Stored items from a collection
********************
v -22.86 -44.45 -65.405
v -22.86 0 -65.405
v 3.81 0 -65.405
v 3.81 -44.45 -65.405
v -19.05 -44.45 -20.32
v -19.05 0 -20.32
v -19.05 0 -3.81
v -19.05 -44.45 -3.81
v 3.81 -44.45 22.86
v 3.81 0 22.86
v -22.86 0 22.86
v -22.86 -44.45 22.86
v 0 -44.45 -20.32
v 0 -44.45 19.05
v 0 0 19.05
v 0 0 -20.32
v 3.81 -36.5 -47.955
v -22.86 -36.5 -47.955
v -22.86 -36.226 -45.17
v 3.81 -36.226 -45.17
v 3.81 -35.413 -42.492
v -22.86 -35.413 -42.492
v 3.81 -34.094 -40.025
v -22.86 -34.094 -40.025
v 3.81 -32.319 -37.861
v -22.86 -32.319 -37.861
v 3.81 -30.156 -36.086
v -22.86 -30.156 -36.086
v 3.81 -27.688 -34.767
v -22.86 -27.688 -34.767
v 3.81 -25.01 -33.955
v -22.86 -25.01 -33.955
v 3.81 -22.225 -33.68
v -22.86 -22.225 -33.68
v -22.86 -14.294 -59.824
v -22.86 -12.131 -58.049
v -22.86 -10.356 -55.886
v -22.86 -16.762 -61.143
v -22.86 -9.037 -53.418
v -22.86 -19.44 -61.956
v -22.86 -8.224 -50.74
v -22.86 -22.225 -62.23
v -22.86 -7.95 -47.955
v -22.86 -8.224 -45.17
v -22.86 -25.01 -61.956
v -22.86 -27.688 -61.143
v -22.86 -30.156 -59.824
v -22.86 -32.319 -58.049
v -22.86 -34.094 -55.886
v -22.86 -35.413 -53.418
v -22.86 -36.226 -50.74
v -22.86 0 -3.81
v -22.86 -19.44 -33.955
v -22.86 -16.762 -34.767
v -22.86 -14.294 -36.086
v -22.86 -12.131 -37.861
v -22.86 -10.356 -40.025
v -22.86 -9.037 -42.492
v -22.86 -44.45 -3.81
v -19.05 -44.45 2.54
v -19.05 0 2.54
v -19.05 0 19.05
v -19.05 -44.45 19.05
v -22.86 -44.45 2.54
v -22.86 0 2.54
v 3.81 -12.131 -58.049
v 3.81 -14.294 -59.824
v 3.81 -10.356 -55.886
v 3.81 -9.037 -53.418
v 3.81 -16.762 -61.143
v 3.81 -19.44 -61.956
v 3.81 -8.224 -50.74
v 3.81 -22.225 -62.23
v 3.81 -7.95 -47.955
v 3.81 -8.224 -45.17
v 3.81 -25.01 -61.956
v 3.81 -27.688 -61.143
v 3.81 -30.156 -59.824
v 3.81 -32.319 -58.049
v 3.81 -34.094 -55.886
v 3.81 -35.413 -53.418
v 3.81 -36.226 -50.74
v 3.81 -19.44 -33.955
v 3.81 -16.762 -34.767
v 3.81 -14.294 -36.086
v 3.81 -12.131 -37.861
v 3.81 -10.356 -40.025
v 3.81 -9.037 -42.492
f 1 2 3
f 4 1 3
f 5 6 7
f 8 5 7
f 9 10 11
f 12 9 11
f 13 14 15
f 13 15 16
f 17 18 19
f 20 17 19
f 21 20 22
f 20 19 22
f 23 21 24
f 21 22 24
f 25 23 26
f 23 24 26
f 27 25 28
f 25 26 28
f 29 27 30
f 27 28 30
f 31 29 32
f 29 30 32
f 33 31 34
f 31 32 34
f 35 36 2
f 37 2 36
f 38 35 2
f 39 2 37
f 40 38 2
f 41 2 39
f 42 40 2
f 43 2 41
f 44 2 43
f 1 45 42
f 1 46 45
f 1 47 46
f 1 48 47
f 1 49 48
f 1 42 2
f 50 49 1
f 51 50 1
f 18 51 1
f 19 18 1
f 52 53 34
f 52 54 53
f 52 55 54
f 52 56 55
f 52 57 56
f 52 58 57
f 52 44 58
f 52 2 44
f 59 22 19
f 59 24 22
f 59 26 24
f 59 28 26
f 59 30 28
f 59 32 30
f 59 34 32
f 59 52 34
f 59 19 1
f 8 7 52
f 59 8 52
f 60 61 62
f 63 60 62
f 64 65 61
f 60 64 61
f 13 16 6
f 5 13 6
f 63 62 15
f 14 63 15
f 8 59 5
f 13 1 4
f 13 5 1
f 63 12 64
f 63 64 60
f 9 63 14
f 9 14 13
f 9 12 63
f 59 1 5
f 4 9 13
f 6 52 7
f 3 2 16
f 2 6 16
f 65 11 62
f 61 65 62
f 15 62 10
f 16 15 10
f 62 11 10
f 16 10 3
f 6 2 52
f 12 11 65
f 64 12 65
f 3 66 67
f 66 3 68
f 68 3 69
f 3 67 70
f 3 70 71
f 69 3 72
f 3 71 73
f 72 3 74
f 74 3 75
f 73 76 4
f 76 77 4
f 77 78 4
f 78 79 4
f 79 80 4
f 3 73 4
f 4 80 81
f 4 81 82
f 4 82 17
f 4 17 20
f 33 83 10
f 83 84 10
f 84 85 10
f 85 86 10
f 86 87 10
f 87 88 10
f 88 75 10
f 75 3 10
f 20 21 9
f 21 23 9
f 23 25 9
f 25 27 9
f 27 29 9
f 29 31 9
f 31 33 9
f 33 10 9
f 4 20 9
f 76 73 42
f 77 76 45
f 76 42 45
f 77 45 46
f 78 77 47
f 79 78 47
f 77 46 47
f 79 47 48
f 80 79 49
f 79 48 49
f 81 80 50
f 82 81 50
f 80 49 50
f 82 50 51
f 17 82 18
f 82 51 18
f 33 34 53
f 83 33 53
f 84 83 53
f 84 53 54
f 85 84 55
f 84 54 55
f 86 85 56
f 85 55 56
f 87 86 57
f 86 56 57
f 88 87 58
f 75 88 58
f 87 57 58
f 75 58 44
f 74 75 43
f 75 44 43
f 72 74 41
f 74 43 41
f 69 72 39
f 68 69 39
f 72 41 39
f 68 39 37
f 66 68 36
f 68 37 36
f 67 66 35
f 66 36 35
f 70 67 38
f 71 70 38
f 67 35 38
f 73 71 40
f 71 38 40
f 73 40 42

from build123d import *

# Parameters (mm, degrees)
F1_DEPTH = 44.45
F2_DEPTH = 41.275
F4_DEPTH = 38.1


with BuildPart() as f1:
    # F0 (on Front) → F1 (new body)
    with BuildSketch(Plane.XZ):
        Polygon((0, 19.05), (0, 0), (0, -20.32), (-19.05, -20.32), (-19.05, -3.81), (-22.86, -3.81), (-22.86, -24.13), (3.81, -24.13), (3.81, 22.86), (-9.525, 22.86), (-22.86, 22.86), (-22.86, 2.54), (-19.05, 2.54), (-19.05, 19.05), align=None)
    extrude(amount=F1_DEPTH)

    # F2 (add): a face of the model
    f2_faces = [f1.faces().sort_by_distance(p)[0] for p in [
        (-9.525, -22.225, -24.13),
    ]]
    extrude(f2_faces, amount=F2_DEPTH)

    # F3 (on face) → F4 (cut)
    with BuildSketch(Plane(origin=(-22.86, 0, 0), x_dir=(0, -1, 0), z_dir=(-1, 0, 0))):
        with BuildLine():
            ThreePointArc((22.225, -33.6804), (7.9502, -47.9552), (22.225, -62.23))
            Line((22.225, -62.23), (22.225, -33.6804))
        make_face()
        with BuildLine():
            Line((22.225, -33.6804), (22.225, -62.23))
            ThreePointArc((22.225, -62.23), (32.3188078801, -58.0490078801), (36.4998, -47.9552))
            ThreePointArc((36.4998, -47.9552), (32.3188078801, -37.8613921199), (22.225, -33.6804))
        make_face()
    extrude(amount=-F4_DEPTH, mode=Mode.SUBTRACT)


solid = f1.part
********************
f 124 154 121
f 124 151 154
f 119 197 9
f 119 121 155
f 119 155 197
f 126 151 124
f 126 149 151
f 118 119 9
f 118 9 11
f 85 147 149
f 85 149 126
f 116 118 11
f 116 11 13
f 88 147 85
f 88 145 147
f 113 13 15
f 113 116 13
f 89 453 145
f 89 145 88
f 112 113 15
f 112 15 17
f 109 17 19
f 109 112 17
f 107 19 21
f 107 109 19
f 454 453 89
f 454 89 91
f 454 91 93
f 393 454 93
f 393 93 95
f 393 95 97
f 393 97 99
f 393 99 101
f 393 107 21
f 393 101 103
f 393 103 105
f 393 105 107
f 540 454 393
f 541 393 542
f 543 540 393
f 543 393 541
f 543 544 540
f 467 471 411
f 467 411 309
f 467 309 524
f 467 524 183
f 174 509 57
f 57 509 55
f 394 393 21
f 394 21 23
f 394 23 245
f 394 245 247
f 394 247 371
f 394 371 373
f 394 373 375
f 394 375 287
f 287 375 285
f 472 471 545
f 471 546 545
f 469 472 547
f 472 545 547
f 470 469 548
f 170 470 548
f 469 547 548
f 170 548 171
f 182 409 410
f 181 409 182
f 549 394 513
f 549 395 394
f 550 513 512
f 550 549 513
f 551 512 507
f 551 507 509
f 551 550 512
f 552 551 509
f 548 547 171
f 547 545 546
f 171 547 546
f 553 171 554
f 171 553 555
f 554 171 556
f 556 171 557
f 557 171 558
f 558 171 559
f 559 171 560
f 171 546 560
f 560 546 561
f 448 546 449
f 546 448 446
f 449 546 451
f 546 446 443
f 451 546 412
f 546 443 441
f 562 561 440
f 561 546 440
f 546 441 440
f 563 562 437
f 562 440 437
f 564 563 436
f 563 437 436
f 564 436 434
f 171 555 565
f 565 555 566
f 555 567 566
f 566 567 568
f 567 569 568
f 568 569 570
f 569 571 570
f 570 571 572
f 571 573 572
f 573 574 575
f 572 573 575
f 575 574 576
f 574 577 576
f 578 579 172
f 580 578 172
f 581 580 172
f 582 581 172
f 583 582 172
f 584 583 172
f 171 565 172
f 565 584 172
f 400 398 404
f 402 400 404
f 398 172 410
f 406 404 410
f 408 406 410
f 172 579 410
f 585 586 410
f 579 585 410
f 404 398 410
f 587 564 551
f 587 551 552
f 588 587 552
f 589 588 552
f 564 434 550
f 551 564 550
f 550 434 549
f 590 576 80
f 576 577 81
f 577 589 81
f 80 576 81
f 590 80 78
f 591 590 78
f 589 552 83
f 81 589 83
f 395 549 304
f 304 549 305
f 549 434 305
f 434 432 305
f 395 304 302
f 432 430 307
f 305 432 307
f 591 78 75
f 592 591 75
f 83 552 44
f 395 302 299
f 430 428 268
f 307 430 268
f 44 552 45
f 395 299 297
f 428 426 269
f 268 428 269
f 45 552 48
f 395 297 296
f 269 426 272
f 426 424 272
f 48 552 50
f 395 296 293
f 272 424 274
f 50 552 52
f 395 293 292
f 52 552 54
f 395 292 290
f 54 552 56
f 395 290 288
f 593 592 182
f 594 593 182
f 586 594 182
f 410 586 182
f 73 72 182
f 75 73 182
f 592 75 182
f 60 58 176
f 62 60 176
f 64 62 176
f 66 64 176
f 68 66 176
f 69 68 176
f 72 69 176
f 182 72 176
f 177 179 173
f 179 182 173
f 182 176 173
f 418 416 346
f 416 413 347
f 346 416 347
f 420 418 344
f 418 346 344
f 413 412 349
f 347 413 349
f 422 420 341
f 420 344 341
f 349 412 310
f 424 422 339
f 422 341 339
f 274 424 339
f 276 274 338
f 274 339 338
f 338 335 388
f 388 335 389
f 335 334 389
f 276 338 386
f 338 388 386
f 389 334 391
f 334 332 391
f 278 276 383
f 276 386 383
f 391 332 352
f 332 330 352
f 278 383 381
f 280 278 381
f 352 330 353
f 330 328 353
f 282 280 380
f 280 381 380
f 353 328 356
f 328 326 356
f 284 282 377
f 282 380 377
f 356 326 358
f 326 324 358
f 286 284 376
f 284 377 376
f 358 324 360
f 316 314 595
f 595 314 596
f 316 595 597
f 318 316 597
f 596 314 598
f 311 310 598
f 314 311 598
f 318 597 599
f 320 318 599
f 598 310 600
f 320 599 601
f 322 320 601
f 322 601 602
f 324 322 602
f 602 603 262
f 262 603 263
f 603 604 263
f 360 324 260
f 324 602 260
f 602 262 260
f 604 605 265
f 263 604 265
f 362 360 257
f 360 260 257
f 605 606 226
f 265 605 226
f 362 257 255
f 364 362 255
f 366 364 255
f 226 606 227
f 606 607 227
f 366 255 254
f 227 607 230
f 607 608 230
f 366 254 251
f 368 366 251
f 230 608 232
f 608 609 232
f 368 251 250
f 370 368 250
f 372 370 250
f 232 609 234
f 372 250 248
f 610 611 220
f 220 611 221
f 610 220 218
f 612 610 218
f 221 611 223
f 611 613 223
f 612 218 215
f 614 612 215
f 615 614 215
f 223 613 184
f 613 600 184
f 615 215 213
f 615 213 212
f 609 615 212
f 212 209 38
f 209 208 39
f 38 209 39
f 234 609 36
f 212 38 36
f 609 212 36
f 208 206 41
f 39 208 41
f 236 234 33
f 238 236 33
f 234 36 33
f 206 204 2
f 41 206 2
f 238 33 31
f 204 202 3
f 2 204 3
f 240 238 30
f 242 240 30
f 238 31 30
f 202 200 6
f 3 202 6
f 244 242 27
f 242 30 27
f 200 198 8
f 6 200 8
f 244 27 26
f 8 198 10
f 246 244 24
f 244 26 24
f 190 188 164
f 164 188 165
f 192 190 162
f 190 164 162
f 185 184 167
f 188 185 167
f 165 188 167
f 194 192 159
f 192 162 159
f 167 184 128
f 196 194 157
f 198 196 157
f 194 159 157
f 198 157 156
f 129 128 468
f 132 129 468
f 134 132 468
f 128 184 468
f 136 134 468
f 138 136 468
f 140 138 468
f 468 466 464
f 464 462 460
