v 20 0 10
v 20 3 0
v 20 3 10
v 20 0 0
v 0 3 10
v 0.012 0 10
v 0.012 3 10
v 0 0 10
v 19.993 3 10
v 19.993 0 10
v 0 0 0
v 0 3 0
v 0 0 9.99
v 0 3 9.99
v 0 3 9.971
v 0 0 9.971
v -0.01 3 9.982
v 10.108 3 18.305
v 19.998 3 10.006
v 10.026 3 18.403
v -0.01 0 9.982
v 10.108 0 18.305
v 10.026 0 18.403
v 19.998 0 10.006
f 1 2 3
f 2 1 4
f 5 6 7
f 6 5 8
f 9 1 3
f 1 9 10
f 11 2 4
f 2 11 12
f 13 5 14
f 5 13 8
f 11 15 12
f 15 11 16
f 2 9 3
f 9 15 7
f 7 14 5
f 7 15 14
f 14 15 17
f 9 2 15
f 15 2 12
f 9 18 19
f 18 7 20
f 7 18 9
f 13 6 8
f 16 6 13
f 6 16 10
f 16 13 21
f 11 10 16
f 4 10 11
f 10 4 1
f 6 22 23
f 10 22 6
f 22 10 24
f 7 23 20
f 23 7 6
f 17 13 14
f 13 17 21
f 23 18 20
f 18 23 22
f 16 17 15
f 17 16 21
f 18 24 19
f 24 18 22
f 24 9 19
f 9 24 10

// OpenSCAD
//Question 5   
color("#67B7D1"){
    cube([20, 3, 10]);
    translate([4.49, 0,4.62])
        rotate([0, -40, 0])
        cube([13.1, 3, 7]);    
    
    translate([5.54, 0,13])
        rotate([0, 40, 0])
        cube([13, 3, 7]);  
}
********************
### INSTRUCTIONS TO FOLLOW
Could you repeat exactly the lines above from the line with "f 393 93 95" up to and including the line with "f 394 393 21", and only those?

### SOLUTION
f 393 93 95
f 393 95 97
f 393 97 99
f 393 99 101
f 393 107 21
f 393 101 103
f 393 103 105
f 393 105 107
f 540 454 393
f 541 393 542
f 543 540 393
f 543 393 541
f 543 544 540
f 467 471 411
f 467 411 309
f 467 309 524
f 467 524 183
f 174 509 57
f 57 509 55
f 394 393 21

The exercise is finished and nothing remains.